# RTS01 Tax Filing via ROS



## fidelcastro (18 Oct 2017)

Hello ,
Is it possible to pay & file RTSO1 tax via ROS, or is the paper based system still necessary.
I  registered for ROS but didn't find relevant information on the Revenue site.

Alternatively has anyone posted the form but paid directly via ROS.
Thanks
Fidel.


----------



## RMGC11 (19 Oct 2017)

If you find a way to do that - I'd be interested in it as well .


----------



## Caoifse222 (19 Oct 2017)

I did it with the help of the accountant, I don't know if you can do it directly on ROS. You can contact them on the contact form and ask to enable that for you I guess. Let me know how it goes


----------



## dublin67 (20 Oct 2017)

If you look at the RTSO form on the Revenue website it gives three options - cheque, ROS and myAccount.  Latter two are electronic.  It also have a telephone number for the Collector General's if that assists.  Link is here https://www.revenue.ie/en/additional-incomes/documents/form-rtso1.pdf


----------



## fidelcastro (2 Nov 2017)

Hi thanks for messages. I found out how yo pay & file RTSO1 via ROS.
1. Scan paper form.which outlines the RTSO1 gain, date and tax due.
2.Via MyEnquiries attach scanned document to message to Collector General subheading "general enquiries"
3. In ROS make a payment . An option pulldown of RTS01 can be found. This at least assigns the payment correctly.
4. Scan payment confirmation ref number.
Attach to email in 2.

5. Cry!!  as 50% of your gain, which took 10 years to make anything is handed over.

6. Relax knowing your fully compliant.

Fidel.


----------



## Hiragii (10 May 2020)

fidelcastro said:


> Hi thanks for messages. I found out how yo pay & file RTSO1 via ROS.
> 1. Scan paper form.which outlines the RTSO1 gain, date and tax due.
> 2.Via MyEnquiries attach scanned document to message to Collector General subheading "general enquiries"
> 3. In ROS make a payment . An option pulldown of RTS01 can be found. This at least assigns the payment correctly.
> ...



I know this is a bit old, but can anybody confirm if the above steps still work for sending the RTSO1 form electronically?

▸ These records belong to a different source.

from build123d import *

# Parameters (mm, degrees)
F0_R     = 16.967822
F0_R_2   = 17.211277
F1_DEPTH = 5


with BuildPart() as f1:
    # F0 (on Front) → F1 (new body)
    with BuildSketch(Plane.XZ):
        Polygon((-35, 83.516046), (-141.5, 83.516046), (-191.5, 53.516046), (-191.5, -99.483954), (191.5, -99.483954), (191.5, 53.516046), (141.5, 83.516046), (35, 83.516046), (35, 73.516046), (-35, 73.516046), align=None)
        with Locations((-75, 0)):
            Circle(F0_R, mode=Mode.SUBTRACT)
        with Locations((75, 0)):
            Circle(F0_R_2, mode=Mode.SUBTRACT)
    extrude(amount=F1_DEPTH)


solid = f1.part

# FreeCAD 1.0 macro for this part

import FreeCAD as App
import Part
import Sketcher

V = App.Vector
Q = App.Units.Quantity

doc = App.newDocument("Part")
body = doc.addObject("PartDesign::Body", "Body")

# Sketch on XZ plane
sketch1 = doc.addObject("Sketcher::SketchObject", "Sketch")
body.addObject(sketch1)
sketch1.AttachmentSupport = (doc.XZ_Plane, [""])
sketch1.MapMode = "FlatFace"
sketch1.addGeometry([
    Part.LineSegment(V(-35, 84, 0), V(-142, 84, 0)),  # 0
    Part.LineSegment(V(-142, 84, 0), V(-192, 54, 0)),  # 1
    Part.LineSegment(V(-192, 54, 0), V(-192, -99, 0)),  # 2
    Part.LineSegment(V(-192, -99, 0), V(192, -99, 0)),  # 3
    Part.LineSegment(V(192, -99, 0), V(192, 54, 0)),  # 4
    Part.LineSegment(V(192, 54, 0), V(142, 84, 0)),  # 5
    Part.LineSegment(V(142, 84, 0), V(35, 84, 0)),  # 6
    Part.LineSegment(V(35, 84, 0), V(35, 74, 0)),  # 7
    Part.LineSegment(V(35, 74, 0), V(-35, 74, 0)),  # 8
    Part.LineSegment(V(-35, 74, 0), V(-35, 84, 0)),  # 9
    Part.Circle(V(-75, 0, 0), V(0, 0, 1), 17),  # 10
    Part.Circle(V(75, 0, 0), V(0, 0, 1), 17),  # 11
], False)
sketch1.addConstraint([
    Sketcher.Constraint("Coincident", 0, 2, 1, 1),
    Sketcher.Constraint("Coincident", 1, 2, 2, 1),
    Sketcher.Constraint("Coincident", 2, 2, 3, 1),
    Sketcher.Constraint("Coincident", 3, 2, 4, 1),
    Sketcher.Constraint("Coincident", 4, 2, 5, 1),
    Sketcher.Constraint("Coincident", 5, 2, 6, 1),
    Sketcher.Constraint("Coincident", 6, 2, 7, 1),
    Sketcher.Constraint("Coincident", 7, 2, 8, 1),
    Sketcher.Constraint("Coincident", 8, 2, 9, 1),
    Sketcher.Constraint("Coincident", 9, 2, 0, 1),
    Sketcher.Constraint("Horizontal", 0),
    Sketcher.Constraint("Vertical", 2),
    Sketcher.Constraint("Horizontal", 3),
    Sketcher.Constraint("Vertical", 4),
    Sketcher.Constraint("Horizontal", 6),
    Sketcher.Constraint("Vertical", 7),
    Sketcher.Constraint("Horizontal", 8),
    Sketcher.Constraint("Vertical", 9),
    Sketcher.Constraint("Symmetric", 10, 3, 11, 3, -1, 1),
    Sketcher.Constraint("Symmetric", 1, 2, 4, 2, -2),
    Sketcher.Constraint("Symmetric", 0, 2, 5, 2, -2),
    Sketcher.Constraint("PointOnObject", 10, 3, -1),
    Sketcher.Constraint("Equal", 0, 6),
    Sketcher.Constraint("DistanceX", 3, 1, 3, 2, Q("383 mm")),
    Sketcher.Constraint("DistanceX", 8, 2, 8, 1, Q("70 mm")),
    Sketcher.Constraint("DistanceY", 2, 2, 2, 1, Q("153 mm")),
    Sketcher.Constraint("DistanceY", 7, 2, 7, 1, Q("10 mm")),
    Sketcher.Constraint("DistanceX", 0, 2, 0, 1, Q("106.5 mm")),
    Sketcher.Constraint("DistanceX", 10, 3, -1, 1, Q("75 mm")),
    Sketcher.Constraint("DistanceY", 1, 2, 0, 2, Q("30 mm")),
    Sketcher.Constraint("Diameter", 10, Q("33.935644 mm")),
    Sketcher.Constraint("Diameter", 11, Q("34.422554 mm")),
    Sketcher.Constraint("DistanceY", -1, 1, 0, 2, Q("83.516046 mm")),
])
pad1 = doc.addObject("PartDesign::Pad", "Pad")
body.addObject(pad1)
pad1.Profile = sketch1
pad1.Length = 5

doc.recompute()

I've been sending a letter to the Collector-General in Limerick for the last couple of years, but now with the "lockdown" is a bit inconvenient to obtain and mail a physical letter when I could just attach the form online in the "MyEnquiries -> Collector-General's -> General Enquiries" section.

Thanks.


----------



## fidelcastro (10 May 2020)

It should do.. Filling online and my enquiries attachment gives 100,% verifiable and free ! Don't forget to fill in  F11 with RTSO amounts!
Were you paying by cheque too?


----------



## Hiragii (10 May 2020)

fidelcastro said:


> It should do.. Filling online and my enquiries attachment gives 100,% verifiable and free ! Don't forget to fill in  F11 with RTSO amounts!
> Were you paying by cheque too?



Thanks for confirming! 

On my first ESPP, I contacted Revenue and they gave me a bank account where I could transfer the amount. After my ROS account was created, I just paid by debit card as per your step 3, but I was still sending the letter to the Collector-General in Limerick.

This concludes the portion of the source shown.